▶ _Dataset entries_

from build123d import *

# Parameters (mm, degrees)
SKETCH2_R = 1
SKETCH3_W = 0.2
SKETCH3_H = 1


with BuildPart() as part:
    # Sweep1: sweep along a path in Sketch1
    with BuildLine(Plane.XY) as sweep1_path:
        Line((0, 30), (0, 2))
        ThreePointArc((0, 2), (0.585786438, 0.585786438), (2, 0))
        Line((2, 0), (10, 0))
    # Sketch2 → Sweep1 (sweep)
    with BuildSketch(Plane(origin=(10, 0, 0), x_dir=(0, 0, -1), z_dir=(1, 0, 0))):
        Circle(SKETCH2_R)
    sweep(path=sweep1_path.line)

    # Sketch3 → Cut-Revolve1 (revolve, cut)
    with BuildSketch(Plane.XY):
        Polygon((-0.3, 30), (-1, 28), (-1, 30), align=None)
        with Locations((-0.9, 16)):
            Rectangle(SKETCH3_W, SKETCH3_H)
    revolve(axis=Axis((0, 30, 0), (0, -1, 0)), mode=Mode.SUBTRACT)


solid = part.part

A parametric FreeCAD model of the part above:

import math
import FreeCAD as App
import Part
import Sketcher

V = App.Vector
Q = App.Units.Quantity


def add_polygon(sketch, points):
    """Adds a closed chain of lines whose ends are joined by coincident constraints."""
    first, n = sketch.GeometryCount, len(points)
    for a, b in zip(points, points[1:] + points[:1]):
        sketch.addGeometry(Part.LineSegment(App.Vector(*a, 0), App.Vector(*b, 0)), False)
    for i in range(n):
        sketch.addConstraint(Sketcher.Constraint("Coincident", first + i, 2, first + (i + 1) % n, 1))

doc = App.newDocument("Part")
body = doc.addObject("PartDesign::Body", "Body")

# Sketch on YZ plane
sketch1 = doc.addObject("Sketcher::SketchObject", "Sketch")
body.addObject(sketch1)
sketch1.AttachmentSupport = (doc.YZ_Plane, [""])
sketch1.MapMode = "FlatFace"
sketch1.AttachmentOffset = App.Placement(V(0, 0, 10), App.Rotation())
sketch1.addGeometry(Part.Circle(V(0, 0, 0), V(0, 0, 1), 1), False)
sketch1.addConstraint([
    Sketcher.Constraint("Coincident", 0, 3, -1, 1),
    Sketcher.Constraint("Diameter", 0, Q("2 mm")),
])

# Sketch on XY plane
sketch2 = doc.addObject("Sketcher::SketchObject", "Sketch001")
body.addObject(sketch2)
sketch2.AttachmentSupport = (doc.XY_Plane, [""])
sketch2.MapMode = "FlatFace"
sketch2.addGeometry([
    Part.LineSegment(V(0, 30, 0), V(0, 2, 0)),
    Part.ArcOfCircle(Part.Circle(V(2, 2, 0), V(0, 0, 1), 2), math.radians(-180), math.radians(-90)),
    Part.LineSegment(V(2, 0, 0), V(10, 0, 0)),
], False)
sketch2.addConstraint([
    Sketcher.Constraint("Tangent", 0, 2, 1, 1),
    Sketcher.Constraint("Tangent", 1, 2, 2, 1),
    Sketcher.Constraint("Vertical", 0),
    Sketcher.Constraint("Horizontal", 2),
    Sketcher.Constraint("PointOnObject", 0, 1, -2),
    Sketcher.Constraint("PointOnObject", 1, 2, -1),
    Sketcher.Constraint("Radius", 1, Q("2 mm")),
    Sketcher.Constraint("DistanceX", 2, 1, 2, 2, Q("8 mm")),
    Sketcher.Constraint("DistanceY", 0, 2, 0, 1, Q("28 mm")),
])
doc.recompute()

additivepipe = doc.addObject("PartDesign::AdditivePipe", "AdditivePipe")
body.addObject(additivepipe)
additivepipe.Profile = sketch1
additivepipe.Spine = (sketch2, ["Edge1", "Edge2", "Edge3"])

# Sketch on XY plane
sketch3 = doc.addObject("Sketcher::SketchObject", "Sketch002")
body.addObject(sketch3)
sketch3.AttachmentSupport = (doc.XY_Plane, [""])
sketch3.MapMode = "FlatFace"
add_polygon(sketch3, [(-1, 28), (-0.3, 30), (-1, 30)])  # lines 0-2
add_polygon(sketch3, [(-1, 16.5), (-1, 15.5), (-0.8, 15.5), (-0.8, 16.5)])  # lines 3-6
sketch3.addConstraint([
    Sketcher.Constraint("Horizontal", 1),
    Sketcher.Constraint("Vertical", 2),
    Sketcher.Constraint("Vertical", 3),
    Sketcher.Constraint("Horizontal", 4),
    Sketcher.Constraint("Vertical", 5),
    Sketcher.Constraint("Horizontal", 6),
    Sketcher.Constraint("Vertical", 2, 2, 3, 2),
    Sketcher.Constraint("DistanceY", 2, 2, 2, 1, Q("2 mm")),
    Sketcher.Constraint("DistanceY", 3, 2, 3, 1, Q("1 mm")),
    Sketcher.Constraint("DistanceX", 1, 2, 1, 1, Q("0.7 mm")),
    Sketcher.Constraint("DistanceX", 4, 1, 4, 2, Q("0.2 mm")),
    Sketcher.Constraint("DistanceY", -1, 1, 0, 2, Q("30 mm")),
    Sketcher.Constraint("DistanceX", 1, 2, -1, 1, Q("1 mm")),
    Sketcher.Constraint("DistanceY", -1, 1, 3, 2, Q("15.5 mm")),
])
groove = doc.addObject("PartDesign::Groove", "Groove")
body.addObject(groove)
groove.Profile = sketch3
groove.ReferenceAxis = (sketch3, ["V_Axis"])
groove.Angle = 360

doc.recompute()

▶ _PROBLEM TO SOLVE_
Can you repeat, word for word, every line above from the one containing "solid = part.part" down to the one containing "A parametric FreeCAD", including both?

▶ _RESULT_
solid = part.part

A parametric FreeCAD model of the part above:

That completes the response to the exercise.